In Order No. 807, FERC revised its regulations to establish a presumption that developers of power projects and related transmission assets ("gen-ties") necessary to interconnect projects with a local utility's distribution or transmission system (collectively referred to as interconnection customer interconnection facilities or "ICIF") are entitled to priority rights over the unused capacity of the ICIF for a period of five years from their commercial operation date. FERC also adopted procedures to grant automatic waivers of FERC's open access requirements to ICIF owners. The National Rural Electric Cooperative Association ("NRECA") and the American Public Power Association and the Transmission Access Policy Study Group ("APPA and TAPS") subsequently requested FERC to revise its ruling, as described below.

NRECA requested FERC to establish an exception to the presumption that the ICIF owner is entitled to priority rights for five years on unused ICIF capacity if the entity seeking to use the ICIF is a traditional utility, or "load serving entity," that needs access on the ICIF to "serve native load efficiently."  FERC rejected NRECA's request, pointing out that the presumption granting priority to the ICIF owner is rebuttable, and noted that even during the five-year priority period, an ICIF owner is required to expand the gen-tie facility to accommodate an additional user if the potential user is willing to "carry the burden associated with that expansion."

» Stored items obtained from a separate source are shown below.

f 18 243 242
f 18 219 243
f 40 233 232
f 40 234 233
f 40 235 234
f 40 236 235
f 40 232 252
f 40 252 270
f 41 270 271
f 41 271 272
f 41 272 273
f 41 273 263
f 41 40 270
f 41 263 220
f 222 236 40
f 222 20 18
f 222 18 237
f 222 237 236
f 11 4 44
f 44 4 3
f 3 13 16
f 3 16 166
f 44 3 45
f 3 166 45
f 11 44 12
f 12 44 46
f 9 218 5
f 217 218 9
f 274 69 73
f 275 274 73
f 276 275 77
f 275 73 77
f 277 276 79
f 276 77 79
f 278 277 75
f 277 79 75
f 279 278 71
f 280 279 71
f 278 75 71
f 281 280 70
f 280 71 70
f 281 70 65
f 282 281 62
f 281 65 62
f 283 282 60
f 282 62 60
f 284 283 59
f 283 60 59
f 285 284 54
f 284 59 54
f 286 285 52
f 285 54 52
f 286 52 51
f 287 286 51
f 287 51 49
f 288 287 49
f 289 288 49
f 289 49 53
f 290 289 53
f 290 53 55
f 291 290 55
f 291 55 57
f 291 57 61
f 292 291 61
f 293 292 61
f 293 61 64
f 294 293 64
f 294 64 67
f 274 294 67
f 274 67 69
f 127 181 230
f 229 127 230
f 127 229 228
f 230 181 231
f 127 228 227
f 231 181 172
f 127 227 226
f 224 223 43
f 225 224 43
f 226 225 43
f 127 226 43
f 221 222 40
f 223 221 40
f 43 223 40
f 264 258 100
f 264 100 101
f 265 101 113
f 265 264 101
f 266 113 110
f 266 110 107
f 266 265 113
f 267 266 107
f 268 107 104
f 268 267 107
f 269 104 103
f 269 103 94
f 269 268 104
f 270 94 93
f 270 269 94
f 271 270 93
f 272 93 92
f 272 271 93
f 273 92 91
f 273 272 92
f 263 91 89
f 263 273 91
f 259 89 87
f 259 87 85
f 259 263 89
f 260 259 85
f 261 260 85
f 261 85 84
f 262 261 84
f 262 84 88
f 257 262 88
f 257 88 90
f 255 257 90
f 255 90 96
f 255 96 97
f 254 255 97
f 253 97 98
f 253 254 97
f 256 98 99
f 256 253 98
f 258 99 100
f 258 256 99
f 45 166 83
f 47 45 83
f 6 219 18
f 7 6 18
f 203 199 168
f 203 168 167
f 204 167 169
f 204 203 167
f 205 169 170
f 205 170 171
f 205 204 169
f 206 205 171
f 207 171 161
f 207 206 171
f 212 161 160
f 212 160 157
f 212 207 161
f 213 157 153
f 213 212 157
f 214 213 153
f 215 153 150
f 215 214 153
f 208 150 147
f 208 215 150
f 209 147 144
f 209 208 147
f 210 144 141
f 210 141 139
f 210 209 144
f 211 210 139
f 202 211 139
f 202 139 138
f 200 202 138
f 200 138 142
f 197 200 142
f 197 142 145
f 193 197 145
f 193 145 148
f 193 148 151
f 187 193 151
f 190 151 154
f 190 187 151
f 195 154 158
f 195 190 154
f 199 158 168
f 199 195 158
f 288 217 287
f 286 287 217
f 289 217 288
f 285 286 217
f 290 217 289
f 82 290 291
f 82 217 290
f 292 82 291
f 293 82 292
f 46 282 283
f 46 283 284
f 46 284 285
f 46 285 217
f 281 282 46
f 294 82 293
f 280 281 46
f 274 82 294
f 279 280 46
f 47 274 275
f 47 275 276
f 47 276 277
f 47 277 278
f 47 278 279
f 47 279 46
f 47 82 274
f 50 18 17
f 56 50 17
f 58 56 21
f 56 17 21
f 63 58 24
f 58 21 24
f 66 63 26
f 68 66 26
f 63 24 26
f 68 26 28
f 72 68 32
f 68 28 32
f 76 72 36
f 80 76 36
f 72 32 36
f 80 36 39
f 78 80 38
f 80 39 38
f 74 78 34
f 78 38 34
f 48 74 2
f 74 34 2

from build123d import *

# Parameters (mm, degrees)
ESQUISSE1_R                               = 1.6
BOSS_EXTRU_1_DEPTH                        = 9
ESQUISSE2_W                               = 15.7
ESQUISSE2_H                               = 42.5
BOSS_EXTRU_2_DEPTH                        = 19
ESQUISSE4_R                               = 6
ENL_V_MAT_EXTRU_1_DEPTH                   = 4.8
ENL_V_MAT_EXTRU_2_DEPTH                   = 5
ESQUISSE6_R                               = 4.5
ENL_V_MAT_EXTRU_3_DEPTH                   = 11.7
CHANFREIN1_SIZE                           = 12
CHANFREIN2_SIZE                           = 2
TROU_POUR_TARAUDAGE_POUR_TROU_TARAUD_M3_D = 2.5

In their request for rehearing, APPA and TAPS asserted that by waiving open access transmission tariff ("OATT") requirements for ICIF owners, Order No. 807 unreasonably departs from FERC's and the Federal Power Act's open access transmission policies.  APPA and TAPS further stated that the reforms adopted by FERC in Order No. 807 (1) promote inefficient use and development of the transmission grid that is increasingly being expanded to accommodate renewable resources, (2) allow ICIF owners to monopolize the transmission grid, and (3) are inconsistent with Order No. 1000's objectives of efficient and cost-effective grid expansion.  In denying the APPA and TAPS requests, FERC reiterated its conclusion that Order No. 807 appropriately balanced the need for open access on gen-tie facilities with the concern that, absent the grant of priority for future use, "there would be little incentive for a developer to shoulder the extra expense of ICIF sized larger than the initial phase of the project."  FERC also found that many requirements set forth in FERC's OATT, such as provisions relating to network service, ancillary services and planning requirements, do not apply to the transmission services provided over an interconnection customer's gen-tie facilities.

Finally, FERC granted a requested clarification that "non-public utility ICIF owners" – namely cooperative utilities with funding from the Rural Utilities Service, municipal utilities, and federal entities not regulated by FERC under the Federal Power Act – that provide open access transmission under Order No. 888 "reciprocity" provisions are entitled to the OATT waiver and five-year priority safe harbor period.

A copy of Order No. 807-A can be found here.